Israeli officials have instead blamed either the United Nations’ inefficiency or Hamas for aid not reaching people in areas it has claimed to control for much of the war.
However, humanitarian groups like UNICEF have described the region as “on the brink of a full-scale famine”.
UNICEF, citing data from the Palestinian health ministry, said last week the number of children in Gaza who have died from malnutrition jumped from 52 to 80 — a 54 per cent increase in less than three months.
In a statement made on Wednesday, they said: “Acute malnutrition and reports of starvation-related deaths — the third core famine indicator — are increasingly common but collecting robust data under current circumstances in Gaza remains very difficult as health systems, already decimated by nearly two years of conflict, are collapsing.”
Other news agencies, such as Reuters, have published reports from Gaza on malnutrition cases presented at clinics and images of emaciated children.
In a separate interview published on the BBC published late last week, his mother said Matouq used to weigh 9kg but now weighs 6kg.
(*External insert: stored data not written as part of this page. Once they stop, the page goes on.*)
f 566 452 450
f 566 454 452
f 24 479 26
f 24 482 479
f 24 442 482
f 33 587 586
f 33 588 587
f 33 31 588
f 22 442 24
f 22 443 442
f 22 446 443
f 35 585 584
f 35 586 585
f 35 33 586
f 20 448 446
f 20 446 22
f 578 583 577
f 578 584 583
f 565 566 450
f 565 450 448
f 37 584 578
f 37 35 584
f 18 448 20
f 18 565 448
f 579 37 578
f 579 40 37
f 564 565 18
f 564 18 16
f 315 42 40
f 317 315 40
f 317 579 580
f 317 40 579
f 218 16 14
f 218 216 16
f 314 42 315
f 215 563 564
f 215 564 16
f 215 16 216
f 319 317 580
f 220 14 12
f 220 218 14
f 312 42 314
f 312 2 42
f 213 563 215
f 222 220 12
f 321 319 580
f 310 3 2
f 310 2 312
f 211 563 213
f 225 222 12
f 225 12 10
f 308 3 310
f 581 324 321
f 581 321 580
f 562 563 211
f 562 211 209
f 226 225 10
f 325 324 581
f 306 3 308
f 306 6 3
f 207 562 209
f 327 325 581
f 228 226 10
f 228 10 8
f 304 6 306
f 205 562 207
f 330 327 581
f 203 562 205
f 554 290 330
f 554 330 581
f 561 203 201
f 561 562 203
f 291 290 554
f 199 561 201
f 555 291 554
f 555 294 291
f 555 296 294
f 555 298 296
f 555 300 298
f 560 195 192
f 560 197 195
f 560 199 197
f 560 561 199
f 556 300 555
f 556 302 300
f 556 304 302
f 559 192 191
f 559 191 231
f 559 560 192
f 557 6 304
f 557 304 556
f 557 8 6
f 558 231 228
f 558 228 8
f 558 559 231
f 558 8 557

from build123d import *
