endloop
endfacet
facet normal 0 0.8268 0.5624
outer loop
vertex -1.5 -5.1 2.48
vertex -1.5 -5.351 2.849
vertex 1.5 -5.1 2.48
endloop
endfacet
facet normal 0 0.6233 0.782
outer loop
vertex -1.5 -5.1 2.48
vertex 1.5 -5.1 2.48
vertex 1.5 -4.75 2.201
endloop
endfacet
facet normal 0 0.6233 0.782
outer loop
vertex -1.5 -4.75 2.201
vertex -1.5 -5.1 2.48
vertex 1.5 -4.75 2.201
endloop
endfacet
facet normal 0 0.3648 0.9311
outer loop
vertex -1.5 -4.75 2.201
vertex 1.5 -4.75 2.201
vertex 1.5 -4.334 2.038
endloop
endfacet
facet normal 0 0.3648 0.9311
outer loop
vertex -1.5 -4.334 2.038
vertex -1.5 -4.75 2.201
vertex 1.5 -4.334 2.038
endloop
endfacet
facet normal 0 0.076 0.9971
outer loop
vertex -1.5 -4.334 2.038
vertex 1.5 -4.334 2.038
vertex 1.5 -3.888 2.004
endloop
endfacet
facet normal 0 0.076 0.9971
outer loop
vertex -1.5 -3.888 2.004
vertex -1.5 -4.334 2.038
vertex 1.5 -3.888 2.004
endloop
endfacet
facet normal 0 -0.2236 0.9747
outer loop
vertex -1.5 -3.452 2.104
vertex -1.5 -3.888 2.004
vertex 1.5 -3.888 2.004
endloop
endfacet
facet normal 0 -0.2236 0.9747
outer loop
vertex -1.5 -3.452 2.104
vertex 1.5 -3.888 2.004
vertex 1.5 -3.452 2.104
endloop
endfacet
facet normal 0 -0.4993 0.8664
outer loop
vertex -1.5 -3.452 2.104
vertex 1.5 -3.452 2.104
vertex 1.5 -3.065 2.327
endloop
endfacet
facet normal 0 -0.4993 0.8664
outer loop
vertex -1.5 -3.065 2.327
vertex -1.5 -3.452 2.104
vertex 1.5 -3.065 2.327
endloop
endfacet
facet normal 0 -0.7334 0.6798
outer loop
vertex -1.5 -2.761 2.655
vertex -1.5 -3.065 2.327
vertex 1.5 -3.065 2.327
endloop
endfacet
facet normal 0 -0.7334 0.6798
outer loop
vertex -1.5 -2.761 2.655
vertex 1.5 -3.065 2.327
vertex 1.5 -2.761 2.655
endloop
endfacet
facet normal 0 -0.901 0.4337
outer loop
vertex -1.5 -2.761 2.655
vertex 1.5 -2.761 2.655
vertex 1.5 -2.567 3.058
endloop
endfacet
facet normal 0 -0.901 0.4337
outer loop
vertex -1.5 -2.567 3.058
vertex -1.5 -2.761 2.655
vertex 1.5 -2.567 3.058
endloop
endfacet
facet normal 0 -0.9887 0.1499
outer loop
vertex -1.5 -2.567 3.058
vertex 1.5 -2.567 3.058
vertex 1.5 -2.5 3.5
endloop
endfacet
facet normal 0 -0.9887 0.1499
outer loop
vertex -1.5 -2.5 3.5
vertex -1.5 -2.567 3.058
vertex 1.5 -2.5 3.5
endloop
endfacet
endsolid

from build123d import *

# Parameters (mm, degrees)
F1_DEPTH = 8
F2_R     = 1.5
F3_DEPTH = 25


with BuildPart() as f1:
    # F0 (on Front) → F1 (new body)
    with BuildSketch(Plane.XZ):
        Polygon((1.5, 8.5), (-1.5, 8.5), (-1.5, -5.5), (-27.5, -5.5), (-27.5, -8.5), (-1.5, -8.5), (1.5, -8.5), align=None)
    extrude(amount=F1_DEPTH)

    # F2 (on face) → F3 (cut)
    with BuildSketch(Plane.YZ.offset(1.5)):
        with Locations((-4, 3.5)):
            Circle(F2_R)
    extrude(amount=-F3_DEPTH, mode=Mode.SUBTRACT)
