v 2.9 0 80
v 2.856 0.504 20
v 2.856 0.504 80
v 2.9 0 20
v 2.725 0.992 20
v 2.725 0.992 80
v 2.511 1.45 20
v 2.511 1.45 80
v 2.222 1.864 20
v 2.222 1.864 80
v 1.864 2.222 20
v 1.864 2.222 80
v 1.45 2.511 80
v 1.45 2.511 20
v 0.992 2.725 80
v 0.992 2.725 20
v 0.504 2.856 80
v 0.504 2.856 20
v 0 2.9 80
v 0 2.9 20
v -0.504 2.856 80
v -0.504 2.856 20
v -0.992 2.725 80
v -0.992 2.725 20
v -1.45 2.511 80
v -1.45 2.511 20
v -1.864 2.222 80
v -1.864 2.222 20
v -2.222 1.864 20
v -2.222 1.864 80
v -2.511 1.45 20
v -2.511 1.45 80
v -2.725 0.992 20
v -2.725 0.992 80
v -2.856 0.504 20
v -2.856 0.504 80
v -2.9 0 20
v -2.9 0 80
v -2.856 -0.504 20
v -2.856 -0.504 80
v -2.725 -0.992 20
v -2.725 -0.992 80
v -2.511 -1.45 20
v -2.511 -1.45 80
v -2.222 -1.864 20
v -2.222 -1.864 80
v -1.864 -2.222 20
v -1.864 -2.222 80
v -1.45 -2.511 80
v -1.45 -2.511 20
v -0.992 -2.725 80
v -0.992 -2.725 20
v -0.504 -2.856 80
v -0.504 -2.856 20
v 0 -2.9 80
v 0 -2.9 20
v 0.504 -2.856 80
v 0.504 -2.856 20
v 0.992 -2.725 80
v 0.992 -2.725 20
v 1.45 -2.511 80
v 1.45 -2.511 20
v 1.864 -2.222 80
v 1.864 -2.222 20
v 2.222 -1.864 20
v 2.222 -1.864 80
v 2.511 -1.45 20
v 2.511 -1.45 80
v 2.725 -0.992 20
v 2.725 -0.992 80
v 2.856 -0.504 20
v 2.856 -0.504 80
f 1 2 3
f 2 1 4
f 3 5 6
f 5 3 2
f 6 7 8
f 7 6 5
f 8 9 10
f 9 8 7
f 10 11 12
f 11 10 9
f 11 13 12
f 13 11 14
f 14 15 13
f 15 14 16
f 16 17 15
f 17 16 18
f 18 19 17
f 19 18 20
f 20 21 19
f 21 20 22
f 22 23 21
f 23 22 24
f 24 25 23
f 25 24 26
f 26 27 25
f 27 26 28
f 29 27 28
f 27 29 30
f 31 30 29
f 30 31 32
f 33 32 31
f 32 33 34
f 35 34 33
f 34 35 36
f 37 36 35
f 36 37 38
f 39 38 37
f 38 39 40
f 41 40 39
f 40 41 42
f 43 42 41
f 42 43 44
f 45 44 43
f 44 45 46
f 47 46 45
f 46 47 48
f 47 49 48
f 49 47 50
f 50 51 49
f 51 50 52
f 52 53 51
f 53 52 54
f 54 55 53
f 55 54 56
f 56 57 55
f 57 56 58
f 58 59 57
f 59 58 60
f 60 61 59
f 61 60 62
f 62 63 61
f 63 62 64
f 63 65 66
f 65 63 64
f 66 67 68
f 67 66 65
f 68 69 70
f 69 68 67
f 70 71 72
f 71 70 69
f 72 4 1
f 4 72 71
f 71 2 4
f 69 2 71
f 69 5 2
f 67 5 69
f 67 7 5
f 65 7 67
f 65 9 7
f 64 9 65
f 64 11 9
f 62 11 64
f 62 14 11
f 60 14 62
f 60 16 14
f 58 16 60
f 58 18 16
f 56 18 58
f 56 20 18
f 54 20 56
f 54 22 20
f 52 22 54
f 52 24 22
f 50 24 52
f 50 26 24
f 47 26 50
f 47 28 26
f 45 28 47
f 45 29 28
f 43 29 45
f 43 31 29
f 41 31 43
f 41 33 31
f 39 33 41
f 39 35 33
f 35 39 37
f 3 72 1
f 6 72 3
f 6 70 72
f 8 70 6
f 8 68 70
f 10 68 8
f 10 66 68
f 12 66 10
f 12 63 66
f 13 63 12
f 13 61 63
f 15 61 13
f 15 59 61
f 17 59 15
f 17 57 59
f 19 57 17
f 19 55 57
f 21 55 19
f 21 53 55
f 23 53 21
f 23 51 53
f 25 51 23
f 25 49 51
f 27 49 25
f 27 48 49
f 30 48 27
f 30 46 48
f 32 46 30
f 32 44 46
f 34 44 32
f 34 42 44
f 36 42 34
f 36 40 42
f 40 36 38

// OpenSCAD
color(alpha = 1.0000000000, c = [0.5000000000, 0.5000000000, 0.5000000000]) {
	union() {
		translate(v = [0, 0, 20]) {
			cylinder($fn = 36, h = 60, r = 2.9000000000);
		}
	}
}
She said: “He used to eat and drink normally but because of lack of food and the situation we’re in, he became malnourished.”
In the video interview, she mentions her son has hypotonia.
Associate professor Nina Sivertsen, a nursing and family health lecturer at Flinders University, told SBS News children in Gaza are at the most severe risk of the effects of starvation.
“They’re more likely to die, especially from common infections like diarrhoea and pneumonia, because starvation already weakens their really fragile immune system,” Sivertsen said.